FIG. 1 is a longitudinal cross-sectional view of a probe according to an embodiment of the present invention, FIG. 2 is a cross-sectional view taken along the - line in FIG. 1, FIG. 3 is a bottom view of FIG. 1, and FIG. FIG. 5 is a perspective view showing the state of use of the conventional probe, and FIG. 5 is a longitudinal sectional view of the main parts of the conventional probe. Explanation of symbols, 11...Probe body, 12...
...Push button, 13...Lead pipe, 14...Conductor,
14a... Rear end portion, 14b... Clamping portion, 15...
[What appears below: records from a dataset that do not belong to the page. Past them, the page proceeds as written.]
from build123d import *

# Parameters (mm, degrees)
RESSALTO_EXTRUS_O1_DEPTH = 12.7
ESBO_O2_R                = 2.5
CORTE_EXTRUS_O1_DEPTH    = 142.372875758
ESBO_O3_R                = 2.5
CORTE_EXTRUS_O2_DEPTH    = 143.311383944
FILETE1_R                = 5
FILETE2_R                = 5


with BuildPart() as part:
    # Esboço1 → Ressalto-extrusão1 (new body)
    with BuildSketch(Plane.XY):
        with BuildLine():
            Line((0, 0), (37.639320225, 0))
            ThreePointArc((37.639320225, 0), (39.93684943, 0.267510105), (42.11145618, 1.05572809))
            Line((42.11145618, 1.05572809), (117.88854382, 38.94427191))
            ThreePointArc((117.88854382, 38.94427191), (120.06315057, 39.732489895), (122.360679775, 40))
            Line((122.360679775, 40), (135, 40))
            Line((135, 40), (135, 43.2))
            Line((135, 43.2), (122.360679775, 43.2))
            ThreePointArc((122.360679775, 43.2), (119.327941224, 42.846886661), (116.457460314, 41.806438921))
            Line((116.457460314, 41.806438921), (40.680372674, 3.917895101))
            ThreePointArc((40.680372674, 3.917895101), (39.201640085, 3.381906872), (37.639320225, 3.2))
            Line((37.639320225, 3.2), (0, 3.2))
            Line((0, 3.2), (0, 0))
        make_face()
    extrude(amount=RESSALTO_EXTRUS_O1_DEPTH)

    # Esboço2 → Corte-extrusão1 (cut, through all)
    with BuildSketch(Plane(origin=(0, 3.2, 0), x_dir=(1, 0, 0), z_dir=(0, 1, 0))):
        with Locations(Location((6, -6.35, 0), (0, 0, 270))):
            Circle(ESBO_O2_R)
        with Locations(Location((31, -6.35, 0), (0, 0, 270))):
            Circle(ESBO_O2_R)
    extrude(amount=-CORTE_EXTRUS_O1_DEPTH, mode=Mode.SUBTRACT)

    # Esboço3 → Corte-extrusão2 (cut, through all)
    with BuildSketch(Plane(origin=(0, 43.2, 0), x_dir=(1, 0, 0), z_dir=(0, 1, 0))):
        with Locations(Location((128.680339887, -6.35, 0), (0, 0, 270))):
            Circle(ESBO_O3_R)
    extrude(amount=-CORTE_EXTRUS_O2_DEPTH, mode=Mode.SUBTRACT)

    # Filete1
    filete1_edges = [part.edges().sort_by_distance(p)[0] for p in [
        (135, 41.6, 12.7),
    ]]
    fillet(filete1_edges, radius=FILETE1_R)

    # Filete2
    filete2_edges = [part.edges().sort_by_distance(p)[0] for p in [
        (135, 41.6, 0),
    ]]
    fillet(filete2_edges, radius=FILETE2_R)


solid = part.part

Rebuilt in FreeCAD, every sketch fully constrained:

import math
import FreeCAD as App
import Part
import Sketcher
from FreeCAD import Vector
Q = App.Units.Quantity


def edges_at(feature, points):
    """Names of the edges that pass closest to the given points."""
    edges = feature.Shape.Edges
    near = lambda p: min(range(len(edges)), key=lambda i: edges[i].distToShape(Part.Vertex(*p))[0])
    return sorted({f"Edge{near(p) + 1}" for p in points})

doc = App.newDocument("Part")
body = doc.addObject("PartDesign::Body", "Body")

# Sketch on XY plane
sketch1 = body.newObject("Sketcher::SketchObject", "Sketch")
sketch1.AttachmentSupport = (doc.getObject("XY_Plane"), [""])
sketch1.MapMode = "FlatFace"
sketch1.addGeometry([
    Part.LineSegment(Vector(0, 0, 0), Vector(37.63932, 0, 0)),  # 0
    Part.ArcOfCircle(Part.Circle(Vector(37.63932, 10, 0), Vector(0, 0, 1), 10), math.radians(-90), math.radians(-63.434949)),  # 1
    Part.LineSegment(Vector(42.111456, 1.055728, 0), Vector(117.888544, 38.944272, 0)),  # 2
    Part.ArcOfCircle(Part.Circle(Vector(122.36068, 30, 0), Vector(0, 0, 1), 10), math.radians(90), math.radians(116.565051)),  # 3
    Part.LineSegment(Vector(122.36068, 40, 0), Vector(135, 40, 0)),  # 4
    Part.LineSegment(Vector(135, 40, 0), Vector(135, 43.2, 0)),  # 5
    Part.LineSegment(Vector(135, 43.2, 0), Vector(122.36068, 43.2, 0)),  # 6
    Part.ArcOfCircle(Part.Circle(Vector(122.36068, 30, 0), Vector(0, 0, 1), 13.2), math.radians(90), math.radians(116.565051)),  # 7
    Part.LineSegment(Vector(116.45746, 41.806439, 0), Vector(40.680373, 3.917895, 0)),  # 8
    Part.ArcOfCircle(Part.Circle(Vector(37.63932, 10, 0), Vector(0, 0, 1), 6.8), math.radians(-90), math.radians(-63.434949)),  # 9
    Part.LineSegment(Vector(37.63932, 3.2, 0), Vector(0, 3.2, 0)),  # 10
    Part.LineSegment(Vector(0, 3.2, 0), Vector(0, 0, 0)),  # 11
], False)
sketch1.addConstraint([
    Sketcher.Constraint("Tangent", 0, 2, 1, 1),
    Sketcher.Constraint("Tangent", 1, 2, 2, 1),
    Sketcher.Constraint("Tangent", 2, 2, 3, 2),
    Sketcher.Constraint("Tangent", 3, 1, 4, 1),
    Sketcher.Constraint("Coincident", 4, 2, 5, 1),
    Sketcher.Constraint("Coincident", 5, 2, 6, 1),
    Sketcher.Constraint("Tangent", 6, 2, 7, 1),
    Sketcher.Constraint("Tangent", 7, 2, 8, 1),
    Sketcher.Constraint("Tangent", 8, 2, 9, 2),
    Sketcher.Constraint("Tangent", 9, 1, 10, 1),
    Sketcher.Constraint("Coincident", 10, 2, 11, 1),
    Sketcher.Constraint("Coincident", 11, 2, 0, 1),
    Sketcher.Constraint("Horizontal", 0),
    Sketcher.Constraint("Horizontal", 4),
    Sketcher.Constraint("Vertical", 5),
    Sketcher.Constraint("Horizontal", 6),
    Sketcher.Constraint("Horizontal", 10),
    Sketcher.Constraint("Vertical", 11),
    Sketcher.Constraint("Coincident", 11, 2, -1, 1),
    Sketcher.Constraint("Coincident", 7, 3, 3, 3),
    Sketcher.Constraint("Coincident", 9, 3, 1, 3),
    Sketcher.Constraint("Equal", 1, 3),
    Sketcher.Constraint("Parallel", 2, 8),
    Sketcher.Constraint("Radius", 1, Q("10 mm")),
    Sketcher.Constraint("Radius", 7, Q("13.2 mm")),
    Sketcher.Constraint("DistanceY", -1, 1, 3, 3, Q("30 mm")),
    Sketcher.Constraint("DistanceX", -1, 1, 4, 2, Q("135 mm")),
    Sketcher.Constraint("DistanceX", 0, 1, 0, 2, Q("37.63932 mm")),
    Sketcher.Constraint("DistanceX", 4, 1, 4, 2, Q("12.63932 mm")),
])
pad1 = body.newObject("PartDesign::Pad", "Pad")
pad1.Profile = sketch1
pad1.Length = 12.7

# Sketch on XZ plane
sketch2 = body.newObject("Sketcher::SketchObject", "Sketch001")
sketch2.AttachmentSupport = (doc.getObject("XZ_Plane"), [""])
sketch2.MapMode = "FlatFace"
sketch2.AttachmentOffset = App.Placement(Vector(0, 0, -3.2), App.Rotation())
sketch2.addGeometry([
    Part.Circle(Vector(6, 6.35, 0), Vector(0, 0, 1), 2.5),
    Part.Circle(Vector(31, 6.35, 0), Vector(0, 0, 1), 2.5),
], False)
sketch2.addConstraint([
    Sketcher.Constraint("Equal", 0, 1),
    Sketcher.Constraint("Horizontal", 0, 3, 1, 3),
    Sketcher.Constraint("Diameter", 0, Q("5 mm")),
    Sketcher.Constraint("DistanceX", -1, 1, 0, 3, Q("6 mm")),
    Sketcher.Constraint("DistanceX", -1, 1, 1, 3, Q("31 mm")),
    Sketcher.Constraint("DistanceY", -1, 1, 0, 3, Q("6.35 mm")),
])
pocket1 = body.newObject("PartDesign::Pocket", "Pocket")
pocket1.Profile = sketch2
pocket1.Type = "ThroughAll"
pocket1.Reversed = True

# Sketch on XZ plane
sketch3 = body.newObject("Sketcher::SketchObject", "Sketch002")
sketch3.AttachmentSupport = (doc.getObject("XZ_Plane"), [""])
sketch3.MapMode = "FlatFace"
sketch3.AttachmentOffset = App.Placement(Vector(0, 0, -43.2), App.Rotation())
sketch3.addGeometry(Part.Circle(Vector(128.68034, 6.35, 0), Vector(0, 0, 1), 2.5), False)
sketch3.addConstraint([
    Sketcher.Constraint("Diameter", 0, Q("5 mm")),
    Sketcher.Constraint("DistanceY", -1, 1, 0, 3, Q("6.35 mm")),
    Sketcher.Constraint("DistanceX", -1, 1, 0, 3, Q("128.68034 mm")),
])
pocket2 = body.newObject("PartDesign::Pocket", "Pocket001")
pocket2.Profile = sketch3
pocket2.Type = "ThroughAll"
pocket2.Reversed = True
doc.recompute()

fillet = body.newObject("PartDesign::Fillet", "Fillet")
fillet.Base = (pocket2, edges_at(pocket2, [(135, 41.6, 12.7)]))
fillet.Radius = 5
doc.recompute()

fillet2 = body.newObject("PartDesign::Fillet", "Fillet001")
fillet2.Base = (fillet, edges_at(fillet, [(135, 41.6, 0)]))
fillet2.Radius = 5

doc.recompute()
Spring, 16...Pin connector, 16a...
Base, 17... Thin film part, 18... IC or LSI, T
...Terminal.

Claims (1)

[Scope of utility model registration request] A pipe-shaped probe body made of insulating material,
A push button fitted to the rear end of the probe body so as to be slidable in the longitudinal direction of the probe body, a conductive lead pipe fitted and fixed inside the probe body; a wire-like conductor that is slidably inserted into a lead pipe and whose rear end is fixed inside the push button; and a spring that always biases the push button toward the rear side of the probe body; is provided with a pair of clamping parts at the tip of the lead pipe, and when the push button is moved toward the probe body against the spring, the pair of clamping parts protrude outward from the tip of the lead pipe. , open each other due to their respective elastic forces, and when the push button is moved toward the rear side of the probe body due to the force of the spring, the pair of clamping portions are drawn into the inside of the lead pipe, and the lead pipe The base of a pin connector that contacts the lead pipe is buried in the end of the probe body on the push button side, and the tip of the probe body has an elastic insulator that can be opened and closed. When the pair of clamping parts are drawn into the lead pipe, the insulating thin film part projects from the clamping parts to the distal end side in a reduced diameter state, and the insulating thin film part An electric measuring probe characterized in that the diameter of the thin film part is expanded by the clamping part when the clamping part protrudes to the outside of the lead pipe and is expanded, so that the outer side of the thin film part is insulated.